Rozen decided to start a long-term reporting project looking at how the event had affected the student body and how it changed how they and others looked at the school.

Over the next few months, Rozen used everything she’d learned in her undergraduate career to dig deeper into the story.

She talked to Dumpson to find out how she felt about being the target of a hate crime. Rozen also looked into how the University and Metro Police had handled the investigation.

She dug into admissions data to understand how the event affected the number of African American students applying to the university, and she followed the wave of campus activism that grew in response to the incident.

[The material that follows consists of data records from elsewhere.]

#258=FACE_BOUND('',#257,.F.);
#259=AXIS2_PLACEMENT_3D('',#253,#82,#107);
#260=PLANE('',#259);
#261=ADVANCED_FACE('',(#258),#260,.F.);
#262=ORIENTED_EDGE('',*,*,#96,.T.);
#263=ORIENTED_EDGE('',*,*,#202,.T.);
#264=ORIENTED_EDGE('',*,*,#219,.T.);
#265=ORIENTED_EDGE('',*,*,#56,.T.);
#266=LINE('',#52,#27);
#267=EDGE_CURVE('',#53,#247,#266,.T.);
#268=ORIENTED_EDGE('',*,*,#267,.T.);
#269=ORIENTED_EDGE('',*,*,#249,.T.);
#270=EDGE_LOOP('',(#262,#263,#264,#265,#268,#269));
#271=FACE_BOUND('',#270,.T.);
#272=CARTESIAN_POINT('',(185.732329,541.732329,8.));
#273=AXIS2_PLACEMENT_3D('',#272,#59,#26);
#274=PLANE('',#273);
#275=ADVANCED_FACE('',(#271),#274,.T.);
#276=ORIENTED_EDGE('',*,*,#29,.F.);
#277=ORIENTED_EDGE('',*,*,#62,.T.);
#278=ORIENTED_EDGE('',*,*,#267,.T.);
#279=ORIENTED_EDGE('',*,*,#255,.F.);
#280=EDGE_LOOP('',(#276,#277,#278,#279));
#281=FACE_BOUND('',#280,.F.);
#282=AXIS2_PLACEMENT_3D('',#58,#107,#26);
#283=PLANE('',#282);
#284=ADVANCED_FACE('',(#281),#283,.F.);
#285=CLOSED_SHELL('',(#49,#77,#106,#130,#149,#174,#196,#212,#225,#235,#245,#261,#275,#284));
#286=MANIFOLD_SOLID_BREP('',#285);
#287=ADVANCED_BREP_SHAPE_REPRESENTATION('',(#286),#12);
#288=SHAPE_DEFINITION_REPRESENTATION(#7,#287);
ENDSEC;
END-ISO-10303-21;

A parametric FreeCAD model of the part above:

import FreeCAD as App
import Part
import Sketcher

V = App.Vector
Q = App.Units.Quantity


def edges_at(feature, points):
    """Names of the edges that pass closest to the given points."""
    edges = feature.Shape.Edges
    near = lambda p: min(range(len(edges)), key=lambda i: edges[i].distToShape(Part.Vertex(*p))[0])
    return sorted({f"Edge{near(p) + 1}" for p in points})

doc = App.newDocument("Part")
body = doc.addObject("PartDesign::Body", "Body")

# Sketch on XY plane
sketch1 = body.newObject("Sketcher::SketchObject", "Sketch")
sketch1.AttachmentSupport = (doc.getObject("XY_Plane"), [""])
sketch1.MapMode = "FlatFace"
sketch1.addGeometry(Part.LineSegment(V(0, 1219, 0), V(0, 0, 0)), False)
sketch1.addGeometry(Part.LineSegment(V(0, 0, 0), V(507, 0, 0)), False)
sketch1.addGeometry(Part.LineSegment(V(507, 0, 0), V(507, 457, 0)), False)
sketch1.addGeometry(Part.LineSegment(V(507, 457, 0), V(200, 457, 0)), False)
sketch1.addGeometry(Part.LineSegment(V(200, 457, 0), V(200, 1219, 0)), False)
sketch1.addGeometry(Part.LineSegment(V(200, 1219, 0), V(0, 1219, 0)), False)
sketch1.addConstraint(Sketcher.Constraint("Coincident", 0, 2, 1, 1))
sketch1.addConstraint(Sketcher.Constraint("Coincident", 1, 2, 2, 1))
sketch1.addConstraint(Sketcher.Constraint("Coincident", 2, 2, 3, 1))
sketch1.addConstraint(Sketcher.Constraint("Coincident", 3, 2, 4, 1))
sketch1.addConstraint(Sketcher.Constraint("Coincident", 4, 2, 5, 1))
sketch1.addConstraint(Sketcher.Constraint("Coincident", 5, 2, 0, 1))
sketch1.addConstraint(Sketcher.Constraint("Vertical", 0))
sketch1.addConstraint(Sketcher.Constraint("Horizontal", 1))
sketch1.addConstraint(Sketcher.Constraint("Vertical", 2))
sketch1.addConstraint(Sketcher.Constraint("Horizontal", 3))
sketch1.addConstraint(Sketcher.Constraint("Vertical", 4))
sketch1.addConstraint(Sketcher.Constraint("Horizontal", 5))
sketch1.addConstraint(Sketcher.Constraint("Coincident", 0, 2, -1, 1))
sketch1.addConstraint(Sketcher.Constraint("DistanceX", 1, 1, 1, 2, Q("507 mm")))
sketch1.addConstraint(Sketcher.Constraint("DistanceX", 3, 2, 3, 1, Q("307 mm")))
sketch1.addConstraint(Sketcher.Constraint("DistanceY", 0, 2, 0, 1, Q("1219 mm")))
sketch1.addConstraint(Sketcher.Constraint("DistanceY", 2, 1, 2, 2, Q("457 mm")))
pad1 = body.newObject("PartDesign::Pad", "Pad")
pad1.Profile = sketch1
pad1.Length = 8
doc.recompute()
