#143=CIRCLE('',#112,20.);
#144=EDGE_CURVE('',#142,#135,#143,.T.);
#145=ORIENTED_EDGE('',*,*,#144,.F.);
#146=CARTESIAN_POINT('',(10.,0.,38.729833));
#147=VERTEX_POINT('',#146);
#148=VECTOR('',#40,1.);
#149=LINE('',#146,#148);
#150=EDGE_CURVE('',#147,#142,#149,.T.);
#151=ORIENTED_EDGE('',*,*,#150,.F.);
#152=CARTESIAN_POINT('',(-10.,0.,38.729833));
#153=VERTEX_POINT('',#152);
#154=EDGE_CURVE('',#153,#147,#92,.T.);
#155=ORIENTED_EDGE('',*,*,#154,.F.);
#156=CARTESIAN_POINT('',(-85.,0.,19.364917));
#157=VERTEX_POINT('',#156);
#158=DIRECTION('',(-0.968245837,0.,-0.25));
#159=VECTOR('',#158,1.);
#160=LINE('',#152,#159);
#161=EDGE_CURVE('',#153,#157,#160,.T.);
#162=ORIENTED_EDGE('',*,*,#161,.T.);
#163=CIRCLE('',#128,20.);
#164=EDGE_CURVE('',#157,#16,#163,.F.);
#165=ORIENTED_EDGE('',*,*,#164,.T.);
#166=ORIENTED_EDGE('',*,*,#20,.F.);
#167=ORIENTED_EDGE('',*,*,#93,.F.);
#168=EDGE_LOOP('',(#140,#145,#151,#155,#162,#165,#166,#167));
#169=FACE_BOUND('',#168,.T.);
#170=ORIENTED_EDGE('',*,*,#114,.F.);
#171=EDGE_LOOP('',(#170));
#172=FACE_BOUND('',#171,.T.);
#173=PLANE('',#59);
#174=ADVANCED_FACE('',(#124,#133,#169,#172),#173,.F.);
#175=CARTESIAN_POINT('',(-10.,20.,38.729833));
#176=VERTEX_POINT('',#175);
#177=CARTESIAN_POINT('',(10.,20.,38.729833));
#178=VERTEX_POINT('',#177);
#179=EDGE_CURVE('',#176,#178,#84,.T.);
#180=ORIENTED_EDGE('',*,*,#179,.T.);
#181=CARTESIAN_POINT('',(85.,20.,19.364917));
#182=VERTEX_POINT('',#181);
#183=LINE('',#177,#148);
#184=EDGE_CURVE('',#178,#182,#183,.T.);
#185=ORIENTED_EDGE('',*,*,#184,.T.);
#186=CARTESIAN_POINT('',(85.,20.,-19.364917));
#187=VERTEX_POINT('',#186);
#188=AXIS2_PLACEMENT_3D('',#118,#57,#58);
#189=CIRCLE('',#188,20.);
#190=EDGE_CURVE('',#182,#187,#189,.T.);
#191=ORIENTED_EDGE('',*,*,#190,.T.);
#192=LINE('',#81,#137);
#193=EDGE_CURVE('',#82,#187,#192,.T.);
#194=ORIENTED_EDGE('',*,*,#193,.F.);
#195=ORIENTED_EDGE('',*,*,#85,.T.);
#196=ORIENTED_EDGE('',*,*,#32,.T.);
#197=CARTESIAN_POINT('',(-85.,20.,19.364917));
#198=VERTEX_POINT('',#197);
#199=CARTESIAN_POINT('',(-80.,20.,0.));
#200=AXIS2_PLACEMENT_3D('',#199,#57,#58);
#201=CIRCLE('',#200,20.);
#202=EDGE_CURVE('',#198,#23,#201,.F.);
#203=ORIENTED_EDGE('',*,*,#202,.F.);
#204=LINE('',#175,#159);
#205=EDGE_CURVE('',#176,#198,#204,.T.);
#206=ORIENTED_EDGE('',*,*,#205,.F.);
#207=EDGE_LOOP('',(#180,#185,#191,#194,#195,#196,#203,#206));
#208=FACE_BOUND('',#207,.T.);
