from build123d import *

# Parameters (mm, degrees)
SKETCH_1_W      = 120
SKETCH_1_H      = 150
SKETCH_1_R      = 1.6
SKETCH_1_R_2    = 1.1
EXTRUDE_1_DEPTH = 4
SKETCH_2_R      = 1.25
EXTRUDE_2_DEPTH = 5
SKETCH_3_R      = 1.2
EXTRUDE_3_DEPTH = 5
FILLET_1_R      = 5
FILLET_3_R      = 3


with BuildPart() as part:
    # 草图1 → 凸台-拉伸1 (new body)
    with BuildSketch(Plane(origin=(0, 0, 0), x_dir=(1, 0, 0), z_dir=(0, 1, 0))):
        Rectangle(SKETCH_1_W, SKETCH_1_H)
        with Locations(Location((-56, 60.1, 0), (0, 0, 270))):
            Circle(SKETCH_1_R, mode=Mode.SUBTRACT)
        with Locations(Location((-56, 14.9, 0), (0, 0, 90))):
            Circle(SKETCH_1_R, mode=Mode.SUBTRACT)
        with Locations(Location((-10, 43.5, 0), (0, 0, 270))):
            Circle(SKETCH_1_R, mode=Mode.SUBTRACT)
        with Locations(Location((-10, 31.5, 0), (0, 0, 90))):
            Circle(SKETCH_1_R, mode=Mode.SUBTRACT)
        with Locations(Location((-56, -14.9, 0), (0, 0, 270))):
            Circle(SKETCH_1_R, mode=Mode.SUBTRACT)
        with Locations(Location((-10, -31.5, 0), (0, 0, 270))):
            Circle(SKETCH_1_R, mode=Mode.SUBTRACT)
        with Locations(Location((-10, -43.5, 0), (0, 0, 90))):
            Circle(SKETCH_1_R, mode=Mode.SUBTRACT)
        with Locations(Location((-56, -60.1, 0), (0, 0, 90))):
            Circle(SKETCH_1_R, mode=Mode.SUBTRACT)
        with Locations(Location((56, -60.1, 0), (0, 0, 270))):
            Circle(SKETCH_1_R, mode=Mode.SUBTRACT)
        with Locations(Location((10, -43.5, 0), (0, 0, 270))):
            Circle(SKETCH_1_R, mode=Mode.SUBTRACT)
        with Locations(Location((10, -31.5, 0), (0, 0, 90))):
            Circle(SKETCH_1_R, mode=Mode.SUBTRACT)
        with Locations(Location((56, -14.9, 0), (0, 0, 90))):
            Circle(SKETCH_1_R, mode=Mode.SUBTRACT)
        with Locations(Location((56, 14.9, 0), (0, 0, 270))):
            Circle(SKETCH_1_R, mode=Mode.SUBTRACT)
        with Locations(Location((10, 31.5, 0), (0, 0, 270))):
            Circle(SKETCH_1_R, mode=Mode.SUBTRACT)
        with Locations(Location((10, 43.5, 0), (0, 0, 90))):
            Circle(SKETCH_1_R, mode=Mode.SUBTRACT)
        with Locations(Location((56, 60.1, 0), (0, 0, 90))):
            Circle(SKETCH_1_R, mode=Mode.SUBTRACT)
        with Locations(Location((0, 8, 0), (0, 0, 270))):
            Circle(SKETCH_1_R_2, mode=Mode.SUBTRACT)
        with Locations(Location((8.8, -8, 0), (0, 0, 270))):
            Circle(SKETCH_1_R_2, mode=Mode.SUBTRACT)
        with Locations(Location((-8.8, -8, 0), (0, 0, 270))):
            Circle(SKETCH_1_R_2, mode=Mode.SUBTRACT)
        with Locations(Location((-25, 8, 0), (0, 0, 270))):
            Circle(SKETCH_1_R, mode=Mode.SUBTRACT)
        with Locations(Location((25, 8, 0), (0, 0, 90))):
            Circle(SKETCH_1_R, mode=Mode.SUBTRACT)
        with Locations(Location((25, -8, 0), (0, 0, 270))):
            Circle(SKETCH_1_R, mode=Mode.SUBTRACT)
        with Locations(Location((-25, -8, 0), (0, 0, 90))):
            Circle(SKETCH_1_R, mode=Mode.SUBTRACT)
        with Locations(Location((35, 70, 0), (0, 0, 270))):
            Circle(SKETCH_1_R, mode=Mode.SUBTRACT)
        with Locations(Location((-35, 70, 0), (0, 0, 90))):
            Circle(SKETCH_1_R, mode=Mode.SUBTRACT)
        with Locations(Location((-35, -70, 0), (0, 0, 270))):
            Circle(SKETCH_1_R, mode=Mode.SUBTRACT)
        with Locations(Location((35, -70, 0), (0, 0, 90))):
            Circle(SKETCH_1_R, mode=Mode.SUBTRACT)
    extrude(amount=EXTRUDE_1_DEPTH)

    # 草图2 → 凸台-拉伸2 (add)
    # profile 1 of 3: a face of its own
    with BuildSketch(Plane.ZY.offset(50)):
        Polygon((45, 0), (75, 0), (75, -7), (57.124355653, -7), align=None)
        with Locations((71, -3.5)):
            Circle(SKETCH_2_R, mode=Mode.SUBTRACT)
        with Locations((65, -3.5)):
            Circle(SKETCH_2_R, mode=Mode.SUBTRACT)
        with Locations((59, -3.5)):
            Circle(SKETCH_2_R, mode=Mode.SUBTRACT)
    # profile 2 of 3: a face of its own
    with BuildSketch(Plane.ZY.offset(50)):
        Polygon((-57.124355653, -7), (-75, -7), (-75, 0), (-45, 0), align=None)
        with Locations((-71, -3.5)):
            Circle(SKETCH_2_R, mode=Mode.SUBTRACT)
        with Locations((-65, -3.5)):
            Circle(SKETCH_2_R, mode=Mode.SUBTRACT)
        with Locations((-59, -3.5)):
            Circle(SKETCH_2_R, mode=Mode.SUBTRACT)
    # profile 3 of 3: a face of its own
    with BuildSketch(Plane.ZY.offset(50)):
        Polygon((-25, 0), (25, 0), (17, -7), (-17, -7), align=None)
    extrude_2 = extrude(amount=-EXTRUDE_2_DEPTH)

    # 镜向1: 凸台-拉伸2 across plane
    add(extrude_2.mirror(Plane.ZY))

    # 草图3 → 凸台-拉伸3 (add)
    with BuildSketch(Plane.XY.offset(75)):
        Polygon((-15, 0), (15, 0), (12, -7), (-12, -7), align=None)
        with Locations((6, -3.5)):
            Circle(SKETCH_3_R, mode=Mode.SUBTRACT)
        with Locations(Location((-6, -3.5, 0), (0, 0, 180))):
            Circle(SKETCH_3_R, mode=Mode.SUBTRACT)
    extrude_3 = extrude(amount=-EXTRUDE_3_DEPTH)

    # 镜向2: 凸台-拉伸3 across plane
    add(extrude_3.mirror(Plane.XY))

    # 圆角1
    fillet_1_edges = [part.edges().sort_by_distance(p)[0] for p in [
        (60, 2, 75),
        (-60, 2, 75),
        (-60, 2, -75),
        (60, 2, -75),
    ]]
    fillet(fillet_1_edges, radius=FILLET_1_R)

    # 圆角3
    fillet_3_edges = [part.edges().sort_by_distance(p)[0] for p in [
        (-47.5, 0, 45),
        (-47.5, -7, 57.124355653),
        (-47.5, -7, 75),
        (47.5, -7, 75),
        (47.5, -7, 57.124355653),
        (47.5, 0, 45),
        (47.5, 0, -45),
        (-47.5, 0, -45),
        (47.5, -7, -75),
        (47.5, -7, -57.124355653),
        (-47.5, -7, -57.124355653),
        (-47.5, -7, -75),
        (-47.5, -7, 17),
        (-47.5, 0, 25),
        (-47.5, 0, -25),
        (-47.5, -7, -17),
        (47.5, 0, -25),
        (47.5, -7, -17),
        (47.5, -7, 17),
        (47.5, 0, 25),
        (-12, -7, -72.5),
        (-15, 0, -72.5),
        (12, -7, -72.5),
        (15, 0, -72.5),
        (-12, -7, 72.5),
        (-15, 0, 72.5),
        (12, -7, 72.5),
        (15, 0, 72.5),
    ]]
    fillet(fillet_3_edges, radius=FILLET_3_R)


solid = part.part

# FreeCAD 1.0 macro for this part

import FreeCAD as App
import Part
import Sketcher
Q = App.Units.Quantity


def edges_at(feature, points):
    """Names of the edges that pass closest to the given points."""
    edges = feature.Shape.Edges
    near = lambda p: min(range(len(edges)), key=lambda i: edges[i].distToShape(Part.Vertex(*p))[0])
    return sorted({f"Edge{near(p) + 1}" for p in points})


def add_polygon(sketch, points):
    """Adds a closed chain of lines whose ends are joined by coincident constraints."""
    first, n = sketch.GeometryCount, len(points)
    for a, b in zip(points, points[1:] + points[:1]):
        sketch.addGeometry(Part.LineSegment(App.Vector(*a, 0), App.Vector(*b, 0)), False)
    for i in range(n):
        sketch.addConstraint(Sketcher.Constraint("Coincident", first + i, 2, first + (i + 1) % n, 1))

doc = App.newDocument("Part")
body = doc.addObject("PartDesign::Body", "Body")

# Sketch on XZ plane
sketch1 = body.newObject("Sketcher::SketchObject", "Sketch")
sketch1.AttachmentSupport = (doc.getObject("XZ_Plane"), [""])
sketch1.MapMode = "FlatFace"
add_polygon(sketch1, [(-60, -75), (-60, 75), (60, 75), (60, -75)])  # lines 0-3
sketch1.addGeometry(Part.Circle(App.Vector(-56, 60.1, 0), App.Vector(0, 0, 1), 1.6), False)  # 4
sketch1.addGeometry(Part.Circle(App.Vector(-35, 70, 0), App.Vector(0, 0, 1), 1.6), False)  # 5
sketch1.addGeometry(Part.Circle(App.Vector(-10, 43.5, 0), App.Vector(0, 0, 1), 1.6), False)  # 6
sketch1.addGeometry(Part.Circle(App.Vector(-56, 14.9, 0), App.Vector(0, 0, 1), 1.6), False)  # 7
sketch1.addGeometry(Part.Circle(App.Vector(-10, 31.5, 0), App.Vector(0, 0, 1), 1.6), False)  # 8
sketch1.addGeometry(Part.Circle(App.Vector(-25, 8, 0), App.Vector(0, 0, 1), 1.6), False)  # 9
sketch1.addGeometry(Part.Circle(App.Vector(-8.8, 8, 0), App.Vector(0, 0, 1), 1.1), False)  # 10
sketch1.addGeometry(Part.Circle(App.Vector(10, 43.5, 0), App.Vector(0, 0, 1), 1.6), False)  # 11
sketch1.addGeometry(Part.Circle(App.Vector(35, 70, 0), App.Vector(0, 0, 1), 1.6), False)  # 12
sketch1.addGeometry(Part.Circle(App.Vector(56, 60.1, 0), App.Vector(0, 0, 1), 1.6), False)  # 13
sketch1.addGeometry(Part.Circle(App.Vector(10, 31.5, 0), App.Vector(0, 0, 1), 1.6), False)  # 14
sketch1.addGeometry(Part.Circle(App.Vector(8.8, 8, 0), App.Vector(0, 0, 1), 1.1), False)  # 15
sketch1.addGeometry(Part.Circle(App.Vector(25, 8, 0), App.Vector(0, 0, 1), 1.6), False)  # 16
sketch1.addGeometry(Part.Circle(App.Vector(56, 14.9, 0), App.Vector(0, 0, 1), 1.6), False)  # 17
sketch1.addGeometry(Part.Circle(App.Vector(-56, -14.9, 0), App.Vector(0, 0, 1), 1.6), False)  # 18
sketch1.addGeometry(Part.Circle(App.Vector(-25, -8, 0), App.Vector(0, 0, 1), 1.6), False)  # 19
sketch1.addGeometry(Part.Circle(App.Vector(-10, -31.5, 0), App.Vector(0, 0, 1), 1.6), False)  # 20
sketch1.addGeometry(Part.Circle(App.Vector(-56, -60.1, 0), App.Vector(0, 0, 1), 1.6), False)  # 21
sketch1.addGeometry(Part.Circle(App.Vector(-35, -70, 0), App.Vector(0, 0, 1), 1.6), False)  # 22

The result was “The Perfect Storm,” a multimedia piece for The Eagle. Her project is now a finalist for the Online News Association’s David Teeuwen Student Journalism Award.

“It’s very exciting to be recognized for something that I am passionate about. I really admire their work as an organization and how they present the news in a creative and compelling way,” Rozen said.

This year, Rozen is pursuing a master’s degree in journalism through the investigative reporting track at SOC.

She made the decision early in her undergraduate career; she decided that she wanted to pursue a master’s at SOC in 2016.

Her experience as an undergrad helped convince her it was the best place to continue her education, Rozen said, citing the relationships she’d built with the faculty who she said were always willing to go the extra mile to help her reach her full potential.

It was important for Rozen to study in a place where she could get hands-on experience dealing with breaking news instead of just sitting in a classroom and taking notes. She found that place at AU, Rozen said.